Stored items:
/---
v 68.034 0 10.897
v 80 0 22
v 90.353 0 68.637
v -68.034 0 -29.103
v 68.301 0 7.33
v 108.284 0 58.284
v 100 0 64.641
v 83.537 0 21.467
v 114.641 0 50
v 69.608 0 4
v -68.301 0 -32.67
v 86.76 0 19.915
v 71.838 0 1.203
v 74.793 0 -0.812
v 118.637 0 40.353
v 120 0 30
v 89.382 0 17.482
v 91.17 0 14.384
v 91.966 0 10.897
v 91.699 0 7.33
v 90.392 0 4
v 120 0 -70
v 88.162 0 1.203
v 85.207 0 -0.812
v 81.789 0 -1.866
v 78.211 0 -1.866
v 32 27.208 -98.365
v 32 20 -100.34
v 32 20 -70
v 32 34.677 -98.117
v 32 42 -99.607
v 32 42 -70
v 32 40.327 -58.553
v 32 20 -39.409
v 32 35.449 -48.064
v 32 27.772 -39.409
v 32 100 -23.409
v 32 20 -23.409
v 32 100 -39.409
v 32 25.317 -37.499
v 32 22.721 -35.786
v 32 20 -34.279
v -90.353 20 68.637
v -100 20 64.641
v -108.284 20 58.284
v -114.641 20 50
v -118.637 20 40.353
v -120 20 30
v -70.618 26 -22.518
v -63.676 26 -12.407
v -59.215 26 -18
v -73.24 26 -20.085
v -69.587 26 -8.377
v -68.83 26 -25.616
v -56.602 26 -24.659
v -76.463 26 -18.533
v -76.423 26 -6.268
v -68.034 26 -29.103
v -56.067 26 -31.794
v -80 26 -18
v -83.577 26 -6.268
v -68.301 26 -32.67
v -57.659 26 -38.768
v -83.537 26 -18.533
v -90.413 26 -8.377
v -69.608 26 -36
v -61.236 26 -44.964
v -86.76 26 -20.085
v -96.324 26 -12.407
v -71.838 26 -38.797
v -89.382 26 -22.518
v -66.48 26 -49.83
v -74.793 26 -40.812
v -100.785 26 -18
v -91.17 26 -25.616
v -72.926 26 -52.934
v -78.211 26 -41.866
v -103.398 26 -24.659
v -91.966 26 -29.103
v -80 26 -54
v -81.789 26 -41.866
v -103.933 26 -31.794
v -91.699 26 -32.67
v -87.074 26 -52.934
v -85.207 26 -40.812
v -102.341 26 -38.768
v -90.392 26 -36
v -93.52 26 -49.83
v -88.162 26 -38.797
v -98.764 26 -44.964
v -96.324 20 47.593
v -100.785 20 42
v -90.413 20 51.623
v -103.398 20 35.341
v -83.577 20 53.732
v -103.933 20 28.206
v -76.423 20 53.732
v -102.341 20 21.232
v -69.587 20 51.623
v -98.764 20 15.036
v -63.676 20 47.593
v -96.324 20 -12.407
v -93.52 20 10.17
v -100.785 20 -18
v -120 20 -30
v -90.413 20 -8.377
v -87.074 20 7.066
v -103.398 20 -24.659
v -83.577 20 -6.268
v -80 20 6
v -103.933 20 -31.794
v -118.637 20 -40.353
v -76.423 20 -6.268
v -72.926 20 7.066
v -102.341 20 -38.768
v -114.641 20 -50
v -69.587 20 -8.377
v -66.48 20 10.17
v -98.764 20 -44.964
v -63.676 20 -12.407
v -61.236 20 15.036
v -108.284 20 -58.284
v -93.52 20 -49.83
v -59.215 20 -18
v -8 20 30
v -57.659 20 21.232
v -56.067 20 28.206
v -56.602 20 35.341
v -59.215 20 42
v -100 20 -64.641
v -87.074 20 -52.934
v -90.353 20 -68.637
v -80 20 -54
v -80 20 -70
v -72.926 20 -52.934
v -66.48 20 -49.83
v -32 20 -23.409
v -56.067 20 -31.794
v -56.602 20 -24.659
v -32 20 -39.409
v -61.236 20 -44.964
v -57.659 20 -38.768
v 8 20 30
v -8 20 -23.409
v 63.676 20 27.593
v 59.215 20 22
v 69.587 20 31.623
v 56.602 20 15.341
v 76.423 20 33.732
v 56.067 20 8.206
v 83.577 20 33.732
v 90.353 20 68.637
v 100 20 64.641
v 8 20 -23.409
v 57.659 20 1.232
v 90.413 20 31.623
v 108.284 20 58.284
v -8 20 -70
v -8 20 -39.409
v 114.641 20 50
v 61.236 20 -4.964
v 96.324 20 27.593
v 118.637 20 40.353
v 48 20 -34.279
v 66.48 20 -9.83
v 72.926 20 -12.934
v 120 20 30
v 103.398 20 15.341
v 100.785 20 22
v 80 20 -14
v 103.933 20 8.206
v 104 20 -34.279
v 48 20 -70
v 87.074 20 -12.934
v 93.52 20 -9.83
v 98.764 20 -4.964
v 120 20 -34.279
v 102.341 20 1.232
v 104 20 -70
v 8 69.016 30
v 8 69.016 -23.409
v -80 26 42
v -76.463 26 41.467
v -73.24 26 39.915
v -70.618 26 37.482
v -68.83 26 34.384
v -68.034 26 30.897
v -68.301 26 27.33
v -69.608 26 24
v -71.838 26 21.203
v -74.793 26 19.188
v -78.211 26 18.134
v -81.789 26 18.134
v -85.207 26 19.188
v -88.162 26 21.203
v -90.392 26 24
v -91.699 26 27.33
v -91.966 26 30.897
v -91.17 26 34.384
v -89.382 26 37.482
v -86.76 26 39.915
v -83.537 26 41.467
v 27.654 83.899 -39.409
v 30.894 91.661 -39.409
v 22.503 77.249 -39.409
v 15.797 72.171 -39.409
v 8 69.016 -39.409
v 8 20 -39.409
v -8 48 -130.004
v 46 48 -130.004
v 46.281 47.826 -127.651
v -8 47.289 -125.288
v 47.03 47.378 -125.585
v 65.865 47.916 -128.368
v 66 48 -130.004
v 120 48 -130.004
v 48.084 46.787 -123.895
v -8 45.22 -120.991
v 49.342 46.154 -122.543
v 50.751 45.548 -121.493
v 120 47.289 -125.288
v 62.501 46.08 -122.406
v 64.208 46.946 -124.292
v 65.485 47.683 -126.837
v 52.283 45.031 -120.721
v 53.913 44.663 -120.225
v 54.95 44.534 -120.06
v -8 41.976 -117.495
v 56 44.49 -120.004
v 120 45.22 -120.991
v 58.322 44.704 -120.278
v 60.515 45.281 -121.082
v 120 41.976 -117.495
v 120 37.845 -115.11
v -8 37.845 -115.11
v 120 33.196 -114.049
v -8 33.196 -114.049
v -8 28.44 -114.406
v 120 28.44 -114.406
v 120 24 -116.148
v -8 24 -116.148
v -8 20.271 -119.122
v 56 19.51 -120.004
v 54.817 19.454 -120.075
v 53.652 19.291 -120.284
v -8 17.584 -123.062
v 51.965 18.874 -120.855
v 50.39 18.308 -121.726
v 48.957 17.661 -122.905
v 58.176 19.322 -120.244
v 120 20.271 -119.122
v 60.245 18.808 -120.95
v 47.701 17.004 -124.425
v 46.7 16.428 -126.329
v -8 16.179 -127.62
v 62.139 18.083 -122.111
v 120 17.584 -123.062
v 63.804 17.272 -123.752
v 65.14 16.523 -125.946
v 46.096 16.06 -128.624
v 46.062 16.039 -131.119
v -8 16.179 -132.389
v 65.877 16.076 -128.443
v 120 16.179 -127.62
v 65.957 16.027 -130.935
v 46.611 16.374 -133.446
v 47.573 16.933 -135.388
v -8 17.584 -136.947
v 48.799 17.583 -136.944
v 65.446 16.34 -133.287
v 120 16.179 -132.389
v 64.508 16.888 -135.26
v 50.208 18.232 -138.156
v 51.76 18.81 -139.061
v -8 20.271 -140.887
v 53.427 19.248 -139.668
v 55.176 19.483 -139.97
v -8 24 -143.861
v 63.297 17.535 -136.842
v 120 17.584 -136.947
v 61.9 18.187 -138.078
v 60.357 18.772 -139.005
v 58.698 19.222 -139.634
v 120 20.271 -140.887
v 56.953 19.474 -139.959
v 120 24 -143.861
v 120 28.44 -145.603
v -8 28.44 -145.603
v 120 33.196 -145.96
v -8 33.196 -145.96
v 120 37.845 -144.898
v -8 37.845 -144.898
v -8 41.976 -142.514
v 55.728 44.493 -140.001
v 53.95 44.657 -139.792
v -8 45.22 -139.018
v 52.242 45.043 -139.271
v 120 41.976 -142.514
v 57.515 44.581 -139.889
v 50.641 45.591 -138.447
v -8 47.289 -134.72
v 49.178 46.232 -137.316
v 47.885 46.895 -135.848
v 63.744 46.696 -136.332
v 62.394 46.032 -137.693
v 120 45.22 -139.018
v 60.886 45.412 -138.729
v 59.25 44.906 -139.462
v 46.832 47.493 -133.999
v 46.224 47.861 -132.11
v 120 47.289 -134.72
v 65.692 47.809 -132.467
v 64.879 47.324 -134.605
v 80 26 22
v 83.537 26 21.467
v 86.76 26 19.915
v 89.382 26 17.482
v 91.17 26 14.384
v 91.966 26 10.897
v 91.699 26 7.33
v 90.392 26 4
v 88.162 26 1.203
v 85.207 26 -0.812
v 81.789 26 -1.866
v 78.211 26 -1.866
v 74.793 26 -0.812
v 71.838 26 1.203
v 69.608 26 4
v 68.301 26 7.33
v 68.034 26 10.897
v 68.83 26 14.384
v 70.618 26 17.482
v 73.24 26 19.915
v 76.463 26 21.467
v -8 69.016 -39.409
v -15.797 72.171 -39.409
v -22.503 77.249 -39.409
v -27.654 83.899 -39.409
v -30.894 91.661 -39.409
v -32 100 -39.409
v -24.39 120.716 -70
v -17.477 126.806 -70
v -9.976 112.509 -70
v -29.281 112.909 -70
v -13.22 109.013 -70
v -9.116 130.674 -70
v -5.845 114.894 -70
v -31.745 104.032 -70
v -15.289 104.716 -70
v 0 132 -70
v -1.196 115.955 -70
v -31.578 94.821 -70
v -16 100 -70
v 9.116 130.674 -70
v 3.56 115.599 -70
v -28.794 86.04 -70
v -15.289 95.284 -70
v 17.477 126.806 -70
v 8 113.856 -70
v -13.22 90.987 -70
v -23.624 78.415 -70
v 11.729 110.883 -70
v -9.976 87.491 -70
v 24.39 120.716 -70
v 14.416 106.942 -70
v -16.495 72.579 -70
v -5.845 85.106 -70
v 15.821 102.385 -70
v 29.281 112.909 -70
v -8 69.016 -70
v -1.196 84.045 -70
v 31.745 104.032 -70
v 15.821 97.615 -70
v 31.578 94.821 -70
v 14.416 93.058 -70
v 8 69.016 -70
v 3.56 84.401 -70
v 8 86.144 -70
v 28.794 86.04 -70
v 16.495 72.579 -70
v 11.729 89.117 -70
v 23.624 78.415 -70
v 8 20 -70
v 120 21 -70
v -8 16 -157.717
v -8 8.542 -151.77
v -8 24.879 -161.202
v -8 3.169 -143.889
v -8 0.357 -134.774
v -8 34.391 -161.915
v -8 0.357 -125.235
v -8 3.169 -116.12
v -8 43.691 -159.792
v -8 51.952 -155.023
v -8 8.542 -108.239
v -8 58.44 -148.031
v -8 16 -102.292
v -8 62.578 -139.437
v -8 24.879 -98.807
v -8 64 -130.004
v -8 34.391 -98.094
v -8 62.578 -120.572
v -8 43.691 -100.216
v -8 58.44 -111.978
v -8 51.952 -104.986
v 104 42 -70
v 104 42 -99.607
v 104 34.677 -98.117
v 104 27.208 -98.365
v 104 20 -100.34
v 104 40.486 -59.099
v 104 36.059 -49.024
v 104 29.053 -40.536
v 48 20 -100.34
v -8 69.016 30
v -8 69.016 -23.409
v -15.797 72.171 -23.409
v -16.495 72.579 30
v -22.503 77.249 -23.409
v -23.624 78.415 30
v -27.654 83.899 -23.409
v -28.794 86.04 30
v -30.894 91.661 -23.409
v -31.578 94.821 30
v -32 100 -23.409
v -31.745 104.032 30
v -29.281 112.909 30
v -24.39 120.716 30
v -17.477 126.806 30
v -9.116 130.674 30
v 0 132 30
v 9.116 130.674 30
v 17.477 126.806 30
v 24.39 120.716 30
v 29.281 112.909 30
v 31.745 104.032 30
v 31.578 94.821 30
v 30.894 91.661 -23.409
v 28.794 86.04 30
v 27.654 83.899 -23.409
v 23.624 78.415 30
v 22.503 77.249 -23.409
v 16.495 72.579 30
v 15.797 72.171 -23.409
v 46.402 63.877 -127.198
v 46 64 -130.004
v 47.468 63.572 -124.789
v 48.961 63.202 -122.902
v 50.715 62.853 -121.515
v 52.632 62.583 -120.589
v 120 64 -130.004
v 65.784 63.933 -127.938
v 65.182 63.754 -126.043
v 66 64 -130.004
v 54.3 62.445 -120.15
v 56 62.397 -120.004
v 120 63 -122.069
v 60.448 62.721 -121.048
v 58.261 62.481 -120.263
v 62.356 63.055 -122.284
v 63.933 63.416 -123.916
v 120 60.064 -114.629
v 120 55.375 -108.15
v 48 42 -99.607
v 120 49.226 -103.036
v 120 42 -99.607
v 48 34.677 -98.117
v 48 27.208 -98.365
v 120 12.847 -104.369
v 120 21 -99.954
\---
[What to produce]:
Transcribe nothing except the lines from the one with "v 62.356 63.055 -122.284" through the end of the data above, each exactly as it appears.

[Written solution]:
v 62.356 63.055 -122.284
v 63.933 63.416 -123.916
v 120 60.064 -114.629
v 120 55.375 -108.15
v 48 42 -99.607
v 120 49.226 -103.036
v 120 42 -99.607
v 48 34.677 -98.117
v 48 27.208 -98.365
v 120 12.847 -104.369
v 120 21 -99.954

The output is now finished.